Showing yourself love doesn’t mean that you’re selfish. Experts define self-love as a means that you accept yourself fully, treat yourself with kindness and respect, and support your growth and wellness.
You have probably seen people who try to search for love and care from somewhere else to feel content and valued, but in vain. Such people get disappointed because they lack the love from within, first.
Social media has made it even worse as we believe life is perfect for other people, thus end up getting lost in comparison. Theodore Roosevelt is quoted to have said, "Comparison is the thief of joy.”
A lot of people are living fake lives on social media, so imagining how to be like them, will only leave you dissatisfied and unhappy. Yet joy can be created from the smallest of things and ways.
Fielle Kampire, a businesswoman, is on the journey of discovering her worth. Dating a man who didn’t appreciate her and centered on her flaws for two years of the relationship, left her questioning her worth.
"Seeking for love, attention, compliments and acceptance from my boyfriend by then, was like sitting for a hard exam. Not receiving the love I expected from him hurt my feelings and played with my confidence. There are some statements I expected to hear from him, but didn’t, such as, ‘you’re beautiful’, ‘I love you’, ‘you complete me’, ‘I am proud of you’, ‘you can make it’, and more,” she says, emotionally.
"After sometime I realised I couldn’t depend on people for happiness and assurance. I started to find joy in the little things, like just gratitude,” she adds.
Kampire says that she has redirected her focus and attention from waiting for approval and acceptance from people, to being grateful for the things that matter in her life—grateful for life, family, a job, great opportunities, good health, and much more. This has given her contentment.
She explains that loving herself has come with doing the little things that make her happy, like getting simple treats for herself, travelling, making new friends, and doing what makes her happy.
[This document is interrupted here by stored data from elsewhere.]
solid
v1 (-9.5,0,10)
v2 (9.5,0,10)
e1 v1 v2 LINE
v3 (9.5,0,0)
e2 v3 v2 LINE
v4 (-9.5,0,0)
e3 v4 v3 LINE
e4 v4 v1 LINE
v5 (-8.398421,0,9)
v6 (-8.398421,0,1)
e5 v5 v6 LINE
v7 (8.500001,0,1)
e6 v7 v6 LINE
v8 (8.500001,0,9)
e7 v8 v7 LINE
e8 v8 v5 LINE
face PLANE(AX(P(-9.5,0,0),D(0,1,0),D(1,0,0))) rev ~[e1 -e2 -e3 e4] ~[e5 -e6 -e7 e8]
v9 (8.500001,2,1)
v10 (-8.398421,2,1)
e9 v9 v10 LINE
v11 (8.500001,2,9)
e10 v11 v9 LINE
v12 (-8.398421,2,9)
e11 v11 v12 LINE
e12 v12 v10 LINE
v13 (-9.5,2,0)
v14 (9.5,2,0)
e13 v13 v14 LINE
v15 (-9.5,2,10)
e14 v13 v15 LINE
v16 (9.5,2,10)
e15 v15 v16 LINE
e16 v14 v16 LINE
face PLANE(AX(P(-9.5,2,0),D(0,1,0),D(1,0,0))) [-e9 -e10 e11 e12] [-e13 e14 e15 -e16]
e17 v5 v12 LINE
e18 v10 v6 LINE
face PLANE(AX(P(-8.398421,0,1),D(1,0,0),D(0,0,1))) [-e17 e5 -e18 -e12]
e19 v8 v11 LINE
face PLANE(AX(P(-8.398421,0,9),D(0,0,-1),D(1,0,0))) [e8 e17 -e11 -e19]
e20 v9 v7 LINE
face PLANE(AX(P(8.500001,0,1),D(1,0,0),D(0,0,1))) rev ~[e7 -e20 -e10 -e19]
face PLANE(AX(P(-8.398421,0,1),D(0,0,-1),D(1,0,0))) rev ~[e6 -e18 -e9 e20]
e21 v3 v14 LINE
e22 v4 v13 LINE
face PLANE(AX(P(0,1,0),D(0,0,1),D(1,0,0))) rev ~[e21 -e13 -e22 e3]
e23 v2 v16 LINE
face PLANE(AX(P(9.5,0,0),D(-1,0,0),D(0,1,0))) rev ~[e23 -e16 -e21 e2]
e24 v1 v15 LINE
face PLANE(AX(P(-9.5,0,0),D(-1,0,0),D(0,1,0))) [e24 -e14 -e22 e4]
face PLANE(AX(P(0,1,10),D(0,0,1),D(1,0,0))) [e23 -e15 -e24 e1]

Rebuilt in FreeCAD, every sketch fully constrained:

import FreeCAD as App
import Part
import Sketcher

doc = App.newDocument("Part")
body = doc.addObject("PartDesign::Body", "Body")

# Sketch on XZ plane
sketch1 = body.newObject("Sketcher::SketchObject", "Sketch")
sketch1.AttachmentSupport = (doc.getObject("XZ_Plane"), [""])
sketch1.MapMode = "FlatFace"
sketch1.addGeometry([
    Part.LineSegment(App.Vector(-8.398421, 9, 0), App.Vector(-8.398421, 1, 0)),
    Part.LineSegment(App.Vector(-8.398421, 1, 0), App.Vector(8.500001, 1, 0)),
    Part.LineSegment(App.Vector(8.500001, 1, 0), App.Vector(8.500001, 9, 0)),
    Part.LineSegment(App.Vector(8.500001, 9, 0), App.Vector(-8.398421, 9, 0)),
], False)
sketch1.addConstraint([
    Sketcher.Constraint("Coincident", 0, 2, 1, 1),
    Sketcher.Constraint("Coincident", 1, 2, 2, 1),
    Sketcher.Constraint("Coincident", 2, 2, 3, 1),
    Sketcher.Constraint("Coincident", 3, 2, 0, 1),
    Sketcher.Constraint("Vertical", 0),
    Sketcher.Constraint("Horizontal", 1),
    Sketcher.Constraint("Vertical", 2),
    Sketcher.Constraint("Horizontal", 3),
    Sketcher.Constraint("DistanceY", 0, 2, 0, 1, 8.0),
    Sketcher.Constraint("DistanceY", -1, 1, 0, 2, 1.0),
    Sketcher.Constraint("DistanceX", -1, 1, 1, 2, 8.500001),
    Sketcher.Constraint("DistanceX", 1, 1, 1, 2, 16.898421),
])
pad1 = body.newObject("PartDesign::Pad", "Pad")
pad1.Profile = sketch1
pad1.Length = 5
pad1.Midplane = True
body2 = doc.addObject("PartDesign::Body", "Body001")

# Sketch on XY plane
sketch2 = body2.newObject("Sketcher::SketchObject", "Sketch001")
sketch2.AttachmentSupport = (doc.getObject("XY_Plane001"), [""])
sketch2.MapMode = "FlatFace"
sketch2.addGeometry([
    Part.LineSegment(App.Vector(-9.5, 2, 0), App.Vector(-9.5, 0, 0)),
    Part.LineSegment(App.Vector(-9.5, 0, 0), App.Vector(9.5, 0, 0)),
    Part.LineSegment(App.Vector(9.5, 0, 0), App.Vector(9.5, 2, 0)),
    Part.LineSegment(App.Vector(9.5, 2, 0), App.Vector(-9.5, 2, 0)),
], False)
sketch2.addConstraint([
    Sketcher.Constraint("Coincident", 0, 2, 1, 1),
    Sketcher.Constraint("Coincident", 1, 2, 2, 1),
    Sketcher.Constraint("Coincident", 2, 2, 3, 1),
    Sketcher.Constraint("Coincident", 3, 2, 0, 1),
    Sketcher.Constraint("Vertical", 0),
    Sketcher.Constraint("Horizontal", 1),
    Sketcher.Constraint("Vertical", 2),
    Sketcher.Constraint("Horizontal", 3),
    Sketcher.Constraint("Symmetric", 0, 2, 1, 2, -1, 1),
    Sketcher.Constraint("DistanceX", 1, 1, 1, 2, 19.0),
    Sketcher.Constraint("DistanceY", 0, 2, 0, 1, 2.0),
])
pad2 = body2.newObject("PartDesign::Pad", "Pad001")
pad2.Profile = sketch2
pad2.Length = 10
doc.recompute()

boolean = body2.newObject("PartDesign::Boolean", "Boolean")
boolean.Type = "Cut"
boolean.addObjects([body])

doc.recompute()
But most importantly, she has learned to close her ears to negativity and started surrounding herself with more positive people and those that support, and love her.
Kampire explains that as simple as it sounds, self-care can be eating well, sleeping well, and dressing well.
According to Women’s Health, if you’re looking to increase self-confidence, experts say it’s important to fill your calendar with activities that you enjoy and are good at.
"Do more of the things you’re good at, if it’s yoga, pull up a flow on YouTube. If you’re a good driver, then drive more. Research shows that self-efficacy (the belief that you are good at something) and self-worth are linked, and the more you do things—small or big—that you are good at, the better you will feel about yourself.”
Counsellor Irene Gakumba says that there is power in reading as people who spare time to read can testify to its impact, it opens up about topics that people have been questioning.
She notes that books are full of wisdom, lessons, and can assist in personal development, and discovering oneself.
Gakumba says that be easy with yourself, identify your flaws and seek means to overcome them, otherwise, overlooking them may create great damage to yourself and easily see yourself in a negative way—that way, you can’t see good in yourself.
"Work on temper, jealousy, comparison, poor time management, anger, addiction, and much more. You will eventually be a better person. Discover your strengths as well, as this will empower you to believe in yourself,” she says.
She also says to cut off stress by finding a solution because failure to do so, will ruin your self-love. "But also, you can feel good about yourself when you provide a helping hand to others, do so whenever you can.”